= TASK DESCRIPTION =
Below are the records; restate all of them word for word.

(DATASET CONTENT begins)

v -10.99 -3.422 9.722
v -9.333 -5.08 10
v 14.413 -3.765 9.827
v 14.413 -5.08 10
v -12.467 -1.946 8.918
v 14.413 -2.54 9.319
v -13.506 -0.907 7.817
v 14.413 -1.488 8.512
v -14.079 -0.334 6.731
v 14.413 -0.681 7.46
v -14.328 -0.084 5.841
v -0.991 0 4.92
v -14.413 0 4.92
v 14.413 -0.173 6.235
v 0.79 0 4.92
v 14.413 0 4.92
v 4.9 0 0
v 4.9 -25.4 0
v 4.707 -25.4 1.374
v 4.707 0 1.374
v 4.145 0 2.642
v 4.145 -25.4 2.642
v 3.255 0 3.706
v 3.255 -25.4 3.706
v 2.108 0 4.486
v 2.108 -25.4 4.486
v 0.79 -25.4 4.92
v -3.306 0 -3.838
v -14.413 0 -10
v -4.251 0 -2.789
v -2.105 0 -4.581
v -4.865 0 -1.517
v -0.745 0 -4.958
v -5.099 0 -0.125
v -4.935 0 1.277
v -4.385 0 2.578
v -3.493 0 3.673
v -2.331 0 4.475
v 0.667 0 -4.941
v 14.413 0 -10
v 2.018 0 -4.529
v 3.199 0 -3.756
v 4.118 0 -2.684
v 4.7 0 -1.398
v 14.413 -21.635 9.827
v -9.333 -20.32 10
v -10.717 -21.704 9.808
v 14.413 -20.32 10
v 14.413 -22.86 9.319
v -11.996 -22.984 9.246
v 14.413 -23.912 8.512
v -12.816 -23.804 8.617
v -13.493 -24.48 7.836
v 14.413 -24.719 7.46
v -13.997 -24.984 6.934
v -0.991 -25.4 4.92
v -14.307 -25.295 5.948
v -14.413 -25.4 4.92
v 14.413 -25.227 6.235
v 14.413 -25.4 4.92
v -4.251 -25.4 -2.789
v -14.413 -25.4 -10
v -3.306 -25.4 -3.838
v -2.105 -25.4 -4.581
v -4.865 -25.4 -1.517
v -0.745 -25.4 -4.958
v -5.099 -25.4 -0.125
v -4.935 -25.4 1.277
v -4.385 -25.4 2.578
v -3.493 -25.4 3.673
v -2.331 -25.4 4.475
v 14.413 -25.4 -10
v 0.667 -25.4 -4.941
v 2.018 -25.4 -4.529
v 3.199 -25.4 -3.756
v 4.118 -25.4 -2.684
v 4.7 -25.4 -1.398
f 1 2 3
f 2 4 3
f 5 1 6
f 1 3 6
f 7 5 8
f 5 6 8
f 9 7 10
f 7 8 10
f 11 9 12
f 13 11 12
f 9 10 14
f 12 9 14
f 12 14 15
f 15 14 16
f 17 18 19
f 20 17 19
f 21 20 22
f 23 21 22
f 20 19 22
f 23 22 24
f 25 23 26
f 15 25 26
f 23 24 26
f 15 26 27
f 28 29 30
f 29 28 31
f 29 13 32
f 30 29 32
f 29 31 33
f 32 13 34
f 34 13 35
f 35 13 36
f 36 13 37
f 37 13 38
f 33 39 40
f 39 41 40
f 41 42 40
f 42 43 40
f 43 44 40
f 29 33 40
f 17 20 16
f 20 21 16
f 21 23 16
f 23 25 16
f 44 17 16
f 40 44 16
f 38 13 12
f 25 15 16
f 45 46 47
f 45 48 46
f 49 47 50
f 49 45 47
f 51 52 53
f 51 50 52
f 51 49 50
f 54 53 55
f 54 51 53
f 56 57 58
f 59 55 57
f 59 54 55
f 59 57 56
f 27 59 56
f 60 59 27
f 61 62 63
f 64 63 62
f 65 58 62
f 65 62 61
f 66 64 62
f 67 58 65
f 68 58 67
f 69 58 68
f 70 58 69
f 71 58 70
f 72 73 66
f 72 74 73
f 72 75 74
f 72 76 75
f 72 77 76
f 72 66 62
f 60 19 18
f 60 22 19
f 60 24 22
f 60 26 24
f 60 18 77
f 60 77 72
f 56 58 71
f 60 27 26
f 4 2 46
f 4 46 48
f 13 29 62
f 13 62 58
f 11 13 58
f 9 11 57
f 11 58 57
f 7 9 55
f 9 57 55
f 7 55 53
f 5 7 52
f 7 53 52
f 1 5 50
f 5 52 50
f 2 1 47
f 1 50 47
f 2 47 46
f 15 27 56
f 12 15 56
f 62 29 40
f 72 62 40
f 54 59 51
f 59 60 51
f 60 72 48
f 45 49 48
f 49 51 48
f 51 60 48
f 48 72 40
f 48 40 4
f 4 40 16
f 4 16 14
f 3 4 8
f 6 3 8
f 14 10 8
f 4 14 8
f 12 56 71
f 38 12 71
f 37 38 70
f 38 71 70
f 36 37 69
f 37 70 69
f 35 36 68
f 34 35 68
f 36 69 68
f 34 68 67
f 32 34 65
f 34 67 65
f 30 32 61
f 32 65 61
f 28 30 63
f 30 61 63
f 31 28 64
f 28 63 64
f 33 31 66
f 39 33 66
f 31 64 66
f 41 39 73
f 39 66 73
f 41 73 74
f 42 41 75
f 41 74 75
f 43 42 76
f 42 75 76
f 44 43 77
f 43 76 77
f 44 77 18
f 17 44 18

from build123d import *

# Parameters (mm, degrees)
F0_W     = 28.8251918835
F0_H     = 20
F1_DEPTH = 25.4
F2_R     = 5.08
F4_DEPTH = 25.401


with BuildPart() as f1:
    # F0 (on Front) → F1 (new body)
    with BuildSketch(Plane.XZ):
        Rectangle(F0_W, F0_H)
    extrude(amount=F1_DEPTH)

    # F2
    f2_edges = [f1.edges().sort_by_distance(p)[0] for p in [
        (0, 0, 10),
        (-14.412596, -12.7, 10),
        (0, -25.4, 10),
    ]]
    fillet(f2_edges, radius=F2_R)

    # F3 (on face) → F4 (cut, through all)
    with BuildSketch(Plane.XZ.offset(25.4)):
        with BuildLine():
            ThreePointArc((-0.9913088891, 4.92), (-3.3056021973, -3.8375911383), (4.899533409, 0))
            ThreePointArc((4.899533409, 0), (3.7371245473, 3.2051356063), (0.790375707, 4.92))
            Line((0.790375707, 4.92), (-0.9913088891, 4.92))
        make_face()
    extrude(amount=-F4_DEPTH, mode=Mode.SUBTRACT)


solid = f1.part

(DATASET CONTENT ends)

= COMPLETED TASK =
v -10.99 -3.422 9.722
v -9.333 -5.08 10
v 14.413 -3.765 9.827
v 14.413 -5.08 10
v -12.467 -1.946 8.918
v 14.413 -2.54 9.319
v -13.506 -0.907 7.817
v 14.413 -1.488 8.512
v -14.079 -0.334 6.731
v 14.413 -0.681 7.46
v -14.328 -0.084 5.841
v -0.991 0 4.92
v -14.413 0 4.92
v 14.413 -0.173 6.235
v 0.79 0 4.92
v 14.413 0 4.92
v 4.9 0 0
v 4.9 -25.4 0
v 4.707 -25.4 1.374
v 4.707 0 1.374
v 4.145 0 2.642
v 4.145 -25.4 2.642
v 3.255 0 3.706
v 3.255 -25.4 3.706
v 2.108 0 4.486
v 2.108 -25.4 4.486
v 0.79 -25.4 4.92
v -3.306 0 -3.838
v -14.413 0 -10
v -4.251 0 -2.789
v -2.105 0 -4.581
v -4.865 0 -1.517
v -0.745 0 -4.958
v -5.099 0 -0.125
v -4.935 0 1.277
v -4.385 0 2.578
v -3.493 0 3.673
v -2.331 0 4.475
v 0.667 0 -4.941
v 14.413 0 -10
v 2.018 0 -4.529
v 3.199 0 -3.756
v 4.118 0 -2.684
v 4.7 0 -1.398
v 14.413 -21.635 9.827
v -9.333 -20.32 10
v -10.717 -21.704 9.808
v 14.413 -20.32 10
v 14.413 -22.86 9.319
v -11.996 -22.984 9.246
v 14.413 -23.912 8.512
v -12.816 -23.804 8.617
v -13.493 -24.48 7.836
v 14.413 -24.719 7.46
v -13.997 -24.984 6.934
v -0.991 -25.4 4.92
v -14.307 -25.295 5.948
v -14.413 -25.4 4.92
v 14.413 -25.227 6.235
v 14.413 -25.4 4.92
v -4.251 -25.4 -2.789
v -14.413 -25.4 -10
v -3.306 -25.4 -3.838
v -2.105 -25.4 -4.581
v -4.865 -25.4 -1.517
v -0.745 -25.4 -4.958
v -5.099 -25.4 -0.125
v -4.935 -25.4 1.277
v -4.385 -25.4 2.578
v -3.493 -25.4 3.673
v -2.331 -25.4 4.475
v 14.413 -25.4 -10
v 0.667 -25.4 -4.941
v 2.018 -25.4 -4.529
v 3.199 -25.4 -3.756
v 4.118 -25.4 -2.684
v 4.7 -25.4 -1.398
f 1 2 3
f 2 4 3
f 5 1 6
f 1 3 6
f 7 5 8
f 5 6 8
f 9 7 10
f 7 8 10
f 11 9 12
f 13 11 12
f 9 10 14
f 12 9 14
f 12 14 15
f 15 14 16
f 17 18 19
f 20 17 19
f 21 20 22
f 23 21 22
f 20 19 22
f 23 22 24
f 25 23 26
f 15 25 26
f 23 24 26
f 15 26 27
f 28 29 30
f 29 28 31
f 29 13 32
f 30 29 32
f 29 31 33
f 32 13 34
f 34 13 35
f 35 13 36
f 36 13 37
f 37 13 38
f 33 39 40
f 39 41 40
f 41 42 40
f 42 43 40
f 43 44 40
f 29 33 40
f 17 20 16
f 20 21 16
f 21 23 16
f 23 25 16
f 44 17 16
f 40 44 16
f 38 13 12
f 25 15 16
f 45 46 47
f 45 48 46
f 49 47 50
f 49 45 47
f 51 52 53
f 51 50 52
f 51 49 50
f 54 53 55
f 54 51 53
f 56 57 58
f 59 55 57
f 59 54 55
f 59 57 56
f 27 59 56
f 60 59 27
f 61 62 63
f 64 63 62
f 65 58 62
f 65 62 61
f 66 64 62
f 67 58 65
f 68 58 67
f 69 58 68
f 70 58 69
f 71 58 70
f 72 73 66
f 72 74 73
f 72 75 74
f 72 76 75
f 72 77 76
f 72 66 62
f 60 19 18
f 60 22 19
f 60 24 22
f 60 26 24
f 60 18 77
f 60 77 72
f 56 58 71
f 60 27 26
f 4 2 46
f 4 46 48
f 13 29 62
f 13 62 58
f 11 13 58
f 9 11 57
f 11 58 57
f 7 9 55
f 9 57 55
f 7 55 53
f 5 7 52
f 7 53 52
f 1 5 50
f 5 52 50
f 2 1 47
f 1 50 47
f 2 47 46
f 15 27 56
f 12 15 56
f 62 29 40
f 72 62 40
f 54 59 51
f 59 60 51
f 60 72 48
f 45 49 48
f 49 51 48
f 51 60 48
f 48 72 40
f 48 40 4
f 4 40 16
f 4 16 14
f 3 4 8
f 6 3 8
f 14 10 8
f 4 14 8
f 12 56 71
f 38 12 71
f 37 38 70
f 38 71 70
f 36 37 69
f 37 70 69
f 35 36 68
f 34 35 68
f 36 69 68
f 34 68 67
f 32 34 65
f 34 67 65
f 30 32 61
f 32 65 61
f 28 30 63
f 30 61 63
f 31 28 64
f 28 63 64
f 33 31 66
f 39 33 66
f 31 64 66
f 41 39 73
f 39 66 73
f 41 73 74
f 42 41 75
f 41 74 75
f 43 42 76
f 42 75 76
f 44 43 77
f 43 76 77
f 44 77 18
f 17 44 18

from build123d import *

# Parameters (mm, degrees)
F0_W     = 28.8251918835
F0_H     = 20
F1_DEPTH = 25.4
F2_R     = 5.08
F4_DEPTH = 25.401


with BuildPart() as f1:
    # F0 (on Front) → F1 (new body)
    with BuildSketch(Plane.XZ):
        Rectangle(F0_W, F0_H)
    extrude(amount=F1_DEPTH)

    # F2
    f2_edges = [f1.edges().sort_by_distance(p)[0] for p in [
        (0, 0, 10),
        (-14.412596, -12.7, 10),
        (0, -25.4, 10),
    ]]
    fillet(f2_edges, radius=F2_R)

    # F3 (on face) → F4 (cut, through all)
    with BuildSketch(Plane.XZ.offset(25.4)):
        with BuildLine():
            ThreePointArc((-0.9913088891, 4.92), (-3.3056021973, -3.8375911383), (4.899533409, 0))
            ThreePointArc((4.899533409, 0), (3.7371245473, 3.2051356063), (0.790375707, 4.92))
            Line((0.790375707, 4.92), (-0.9913088891, 4.92))
        make_face()
    extrude(amount=-F4_DEPTH, mode=Mode.SUBTRACT)


solid = f1.part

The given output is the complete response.